Three years ago, at the behest of the Office of Management and Budget, the Department of Energy (DOE) and the Department of Defense (DOD) instituted strict approval requirements for scientists wanting to attend conferences. At DOE, for example, the deputy secretary must approve total agency conference travel above $100,000 while the secretary needs to sign off if the total exceeds $500,000. The DOD instituted even more stringent oversight requirements.
This followed a presidential executive order in November 2011 requiring agencies to more carefully scrutinize how they pay for conferences. This resulted in an official OMB memorandum in May 2012 requiring that agencies spend 30 percent less on travel the following year for three years. The catalyst was a series of instances of excessive spending by the General Services Administration and Department of Justice in 2010, which were widely reported in the press in April 2012.
In March 2015, the Government Accountability Office issued a critical report on the impact of these requirements. They found that the regulations significantly reduced the number of government scientists attending conferences and dramatically increased approval times and the cost of oversight.

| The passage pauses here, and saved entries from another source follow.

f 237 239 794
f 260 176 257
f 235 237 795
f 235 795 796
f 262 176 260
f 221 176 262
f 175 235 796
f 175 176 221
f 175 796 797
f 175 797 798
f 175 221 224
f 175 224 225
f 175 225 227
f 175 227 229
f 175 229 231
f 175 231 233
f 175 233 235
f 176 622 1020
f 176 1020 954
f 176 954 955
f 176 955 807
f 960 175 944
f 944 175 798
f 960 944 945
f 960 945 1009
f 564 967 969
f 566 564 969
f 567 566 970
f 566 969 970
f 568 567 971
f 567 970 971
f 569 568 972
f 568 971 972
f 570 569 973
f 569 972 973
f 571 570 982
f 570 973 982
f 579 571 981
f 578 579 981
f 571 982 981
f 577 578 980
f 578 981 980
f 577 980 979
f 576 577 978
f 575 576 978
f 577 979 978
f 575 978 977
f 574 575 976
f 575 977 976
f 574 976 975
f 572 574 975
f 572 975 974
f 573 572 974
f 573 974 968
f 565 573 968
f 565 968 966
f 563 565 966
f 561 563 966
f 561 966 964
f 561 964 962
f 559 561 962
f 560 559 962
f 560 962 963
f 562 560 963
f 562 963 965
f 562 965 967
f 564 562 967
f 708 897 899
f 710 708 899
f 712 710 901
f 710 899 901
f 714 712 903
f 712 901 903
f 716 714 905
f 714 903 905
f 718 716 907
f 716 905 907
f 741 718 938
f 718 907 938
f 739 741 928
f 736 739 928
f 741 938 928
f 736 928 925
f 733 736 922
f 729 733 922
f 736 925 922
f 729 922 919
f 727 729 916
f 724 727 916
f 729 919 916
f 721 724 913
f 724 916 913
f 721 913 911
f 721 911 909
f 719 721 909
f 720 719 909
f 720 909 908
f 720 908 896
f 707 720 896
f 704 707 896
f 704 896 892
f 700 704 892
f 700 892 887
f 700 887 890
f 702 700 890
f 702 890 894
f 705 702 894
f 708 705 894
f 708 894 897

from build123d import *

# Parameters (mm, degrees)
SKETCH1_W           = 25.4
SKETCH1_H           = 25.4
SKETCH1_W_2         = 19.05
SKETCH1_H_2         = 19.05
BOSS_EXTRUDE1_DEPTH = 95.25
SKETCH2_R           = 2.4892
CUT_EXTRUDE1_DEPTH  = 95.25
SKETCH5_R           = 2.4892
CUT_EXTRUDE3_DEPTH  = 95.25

“DOD and DOE officials and professional society representatives provided examples of changes in conference participation — particularly reduced attendance — since implementing the departments’ policies. In addition, the length of the review and approval processes under the DOD and DOE conference policies has increased, resulting in scientists and engineers not always receiving timely decisions about conference requests to determine whether they could take on active conference roles or take advantage of lower-cost travel arrangements,” the report found.

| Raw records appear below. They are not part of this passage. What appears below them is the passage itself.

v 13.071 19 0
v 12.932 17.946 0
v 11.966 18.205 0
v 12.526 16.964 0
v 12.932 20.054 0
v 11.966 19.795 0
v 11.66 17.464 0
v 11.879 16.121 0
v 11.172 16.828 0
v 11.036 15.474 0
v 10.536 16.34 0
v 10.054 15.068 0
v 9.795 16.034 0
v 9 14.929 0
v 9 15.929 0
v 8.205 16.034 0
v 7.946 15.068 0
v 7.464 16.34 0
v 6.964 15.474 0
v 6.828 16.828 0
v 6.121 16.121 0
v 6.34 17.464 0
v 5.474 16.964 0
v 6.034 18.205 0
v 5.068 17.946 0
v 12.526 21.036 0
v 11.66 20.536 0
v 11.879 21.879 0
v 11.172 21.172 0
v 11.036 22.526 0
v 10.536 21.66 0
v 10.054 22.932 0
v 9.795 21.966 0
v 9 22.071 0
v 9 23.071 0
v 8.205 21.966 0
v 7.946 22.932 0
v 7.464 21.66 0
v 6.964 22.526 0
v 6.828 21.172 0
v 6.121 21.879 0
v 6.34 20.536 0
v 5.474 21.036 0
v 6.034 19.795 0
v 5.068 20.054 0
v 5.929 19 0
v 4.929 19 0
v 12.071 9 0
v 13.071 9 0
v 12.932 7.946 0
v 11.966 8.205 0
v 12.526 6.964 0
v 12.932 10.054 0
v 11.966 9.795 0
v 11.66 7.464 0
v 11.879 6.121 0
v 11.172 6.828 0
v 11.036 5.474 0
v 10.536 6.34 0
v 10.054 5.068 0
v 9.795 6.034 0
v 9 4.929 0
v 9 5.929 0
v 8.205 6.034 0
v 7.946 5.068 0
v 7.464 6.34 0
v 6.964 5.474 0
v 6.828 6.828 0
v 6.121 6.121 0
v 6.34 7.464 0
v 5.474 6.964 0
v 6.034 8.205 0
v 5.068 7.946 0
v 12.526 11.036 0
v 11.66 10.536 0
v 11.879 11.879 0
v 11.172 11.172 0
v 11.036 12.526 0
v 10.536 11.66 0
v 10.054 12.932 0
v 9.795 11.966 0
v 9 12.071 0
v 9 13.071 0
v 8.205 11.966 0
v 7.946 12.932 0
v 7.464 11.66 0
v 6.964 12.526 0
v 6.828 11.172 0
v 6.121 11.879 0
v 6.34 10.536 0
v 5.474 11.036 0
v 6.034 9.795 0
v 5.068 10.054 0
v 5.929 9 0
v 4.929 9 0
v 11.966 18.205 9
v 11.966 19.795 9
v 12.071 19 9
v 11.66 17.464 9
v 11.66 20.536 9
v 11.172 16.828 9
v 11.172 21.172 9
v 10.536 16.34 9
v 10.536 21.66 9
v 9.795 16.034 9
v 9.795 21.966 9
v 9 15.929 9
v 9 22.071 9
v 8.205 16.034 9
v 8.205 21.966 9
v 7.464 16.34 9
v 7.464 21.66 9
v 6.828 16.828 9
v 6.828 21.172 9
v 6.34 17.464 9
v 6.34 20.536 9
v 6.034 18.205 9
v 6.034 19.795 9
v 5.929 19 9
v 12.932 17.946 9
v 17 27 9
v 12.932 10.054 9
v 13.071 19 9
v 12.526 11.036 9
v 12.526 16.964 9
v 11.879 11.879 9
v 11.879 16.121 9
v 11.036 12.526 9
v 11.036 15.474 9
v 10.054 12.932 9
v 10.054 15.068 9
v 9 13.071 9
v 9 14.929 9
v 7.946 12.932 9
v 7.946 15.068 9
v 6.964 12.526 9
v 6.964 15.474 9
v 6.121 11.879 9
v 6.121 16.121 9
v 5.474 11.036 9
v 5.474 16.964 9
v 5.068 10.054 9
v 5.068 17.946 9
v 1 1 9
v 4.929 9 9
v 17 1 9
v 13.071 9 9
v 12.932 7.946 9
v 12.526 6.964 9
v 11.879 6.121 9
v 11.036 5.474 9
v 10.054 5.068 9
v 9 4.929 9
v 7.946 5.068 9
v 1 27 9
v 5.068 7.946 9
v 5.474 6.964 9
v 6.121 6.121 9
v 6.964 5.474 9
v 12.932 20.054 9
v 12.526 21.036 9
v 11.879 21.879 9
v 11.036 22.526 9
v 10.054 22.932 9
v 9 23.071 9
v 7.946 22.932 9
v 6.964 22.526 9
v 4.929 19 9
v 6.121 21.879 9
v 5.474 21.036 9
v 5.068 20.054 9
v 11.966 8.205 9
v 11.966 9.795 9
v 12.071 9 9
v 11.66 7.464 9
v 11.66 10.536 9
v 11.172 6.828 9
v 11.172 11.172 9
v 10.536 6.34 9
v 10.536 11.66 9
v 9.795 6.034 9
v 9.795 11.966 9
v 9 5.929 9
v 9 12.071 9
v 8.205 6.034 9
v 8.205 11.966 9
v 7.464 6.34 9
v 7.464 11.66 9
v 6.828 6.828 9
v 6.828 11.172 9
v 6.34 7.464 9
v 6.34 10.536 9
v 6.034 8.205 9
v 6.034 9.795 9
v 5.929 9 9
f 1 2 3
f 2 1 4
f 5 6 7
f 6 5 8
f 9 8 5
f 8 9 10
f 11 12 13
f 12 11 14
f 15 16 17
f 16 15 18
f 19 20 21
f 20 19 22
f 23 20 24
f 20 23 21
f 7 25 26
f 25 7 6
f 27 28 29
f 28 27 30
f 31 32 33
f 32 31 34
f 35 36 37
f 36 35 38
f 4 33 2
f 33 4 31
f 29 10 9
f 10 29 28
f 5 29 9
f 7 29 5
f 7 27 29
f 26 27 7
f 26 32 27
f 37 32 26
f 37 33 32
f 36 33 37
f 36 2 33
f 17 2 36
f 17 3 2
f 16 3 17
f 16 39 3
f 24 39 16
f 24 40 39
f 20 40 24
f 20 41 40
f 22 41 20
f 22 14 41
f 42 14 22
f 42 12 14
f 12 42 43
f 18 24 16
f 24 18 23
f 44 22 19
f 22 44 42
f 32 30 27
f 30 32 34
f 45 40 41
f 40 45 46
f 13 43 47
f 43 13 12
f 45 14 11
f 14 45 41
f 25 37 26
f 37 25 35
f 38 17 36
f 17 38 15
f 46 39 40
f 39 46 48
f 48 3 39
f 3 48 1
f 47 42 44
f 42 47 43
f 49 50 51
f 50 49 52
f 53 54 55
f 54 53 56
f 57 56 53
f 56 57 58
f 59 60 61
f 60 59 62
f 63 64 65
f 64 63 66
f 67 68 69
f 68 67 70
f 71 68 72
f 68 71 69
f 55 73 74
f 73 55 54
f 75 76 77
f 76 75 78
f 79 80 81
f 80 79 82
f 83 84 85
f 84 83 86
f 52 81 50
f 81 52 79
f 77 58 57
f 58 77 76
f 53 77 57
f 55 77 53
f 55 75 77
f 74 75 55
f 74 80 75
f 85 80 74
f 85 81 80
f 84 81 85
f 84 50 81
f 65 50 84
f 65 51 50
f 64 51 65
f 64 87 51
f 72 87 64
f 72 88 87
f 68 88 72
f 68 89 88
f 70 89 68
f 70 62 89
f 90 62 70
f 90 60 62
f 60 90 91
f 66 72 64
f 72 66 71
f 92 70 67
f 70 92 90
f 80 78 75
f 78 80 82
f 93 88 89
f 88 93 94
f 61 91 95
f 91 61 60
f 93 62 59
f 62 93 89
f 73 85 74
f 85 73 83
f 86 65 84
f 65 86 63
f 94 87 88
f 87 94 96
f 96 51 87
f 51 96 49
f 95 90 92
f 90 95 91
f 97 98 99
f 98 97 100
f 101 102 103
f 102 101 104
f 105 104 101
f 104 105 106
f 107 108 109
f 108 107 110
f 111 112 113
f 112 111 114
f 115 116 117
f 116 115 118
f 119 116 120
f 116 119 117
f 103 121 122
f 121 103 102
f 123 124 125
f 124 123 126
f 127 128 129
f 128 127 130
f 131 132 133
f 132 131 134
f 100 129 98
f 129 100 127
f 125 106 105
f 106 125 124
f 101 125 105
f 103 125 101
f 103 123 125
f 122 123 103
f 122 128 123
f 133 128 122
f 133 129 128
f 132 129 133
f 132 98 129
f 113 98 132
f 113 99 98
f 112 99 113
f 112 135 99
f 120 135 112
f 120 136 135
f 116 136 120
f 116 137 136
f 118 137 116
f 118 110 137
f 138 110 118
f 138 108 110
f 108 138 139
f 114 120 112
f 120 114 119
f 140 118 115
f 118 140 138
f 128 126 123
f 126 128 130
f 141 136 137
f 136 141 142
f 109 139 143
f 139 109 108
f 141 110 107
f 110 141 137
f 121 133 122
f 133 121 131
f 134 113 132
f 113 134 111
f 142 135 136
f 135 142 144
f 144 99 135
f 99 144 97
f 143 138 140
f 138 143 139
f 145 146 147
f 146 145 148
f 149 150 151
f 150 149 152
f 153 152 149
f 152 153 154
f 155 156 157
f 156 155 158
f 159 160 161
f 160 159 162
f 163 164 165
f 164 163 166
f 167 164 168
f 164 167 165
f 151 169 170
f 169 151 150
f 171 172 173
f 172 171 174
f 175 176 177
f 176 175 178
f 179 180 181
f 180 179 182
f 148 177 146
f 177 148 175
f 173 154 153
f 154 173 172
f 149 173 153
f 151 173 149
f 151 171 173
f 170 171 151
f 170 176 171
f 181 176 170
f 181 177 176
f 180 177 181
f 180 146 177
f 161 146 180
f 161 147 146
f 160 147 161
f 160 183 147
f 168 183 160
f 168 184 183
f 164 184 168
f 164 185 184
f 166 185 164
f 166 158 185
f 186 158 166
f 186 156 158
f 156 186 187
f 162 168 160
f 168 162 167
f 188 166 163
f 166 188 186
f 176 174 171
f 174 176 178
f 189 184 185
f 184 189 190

The GAO focused strictly on defense research, but the Department of Energy’s travel restrictions apply to civilian research as well. The report did not look at how the restrictions were affecting scientists in other government institutions or agencies, such as the National Air and Space Administration or the National Science Foundation.
The additional scrutiny has decreased conference participation by government scientists. Though data is incomplete, labs reported a decrease in scientist participation at conferences almost across the board. Some conferences saw decreases in federal participation by as much as 95 percent.
Wait times for approvals have dramatically increased. Across the five DOD research divisions examined by GAO, average wait times for approval ballooned from seven days to more than four months. The report went on to find that due to these long delays, many scientists are not presenting research at conferences, and those that do are missing out on cheaper airfare rates and lower registration and hotel costs.
There is evidence that the additional oversight eats into a portion of the remaining travel budget. For example, at Los Alamos National Laboratory, oversight costs for conference travel ballooned from $0.2 million a year in fiscal years prior to May 2012, to $1.6 million in 2013.
The agencies have been taking steps to streamline the process. The report did find some evidence that more scientists were able to attend meetings in 2014 than 2013 or 2012, as researchers have become more accustomed to the regulations.
The GAO report also recommends that the agencies set clear timeframes to make decisions and establish a plan to evaluate how the regulations are applied.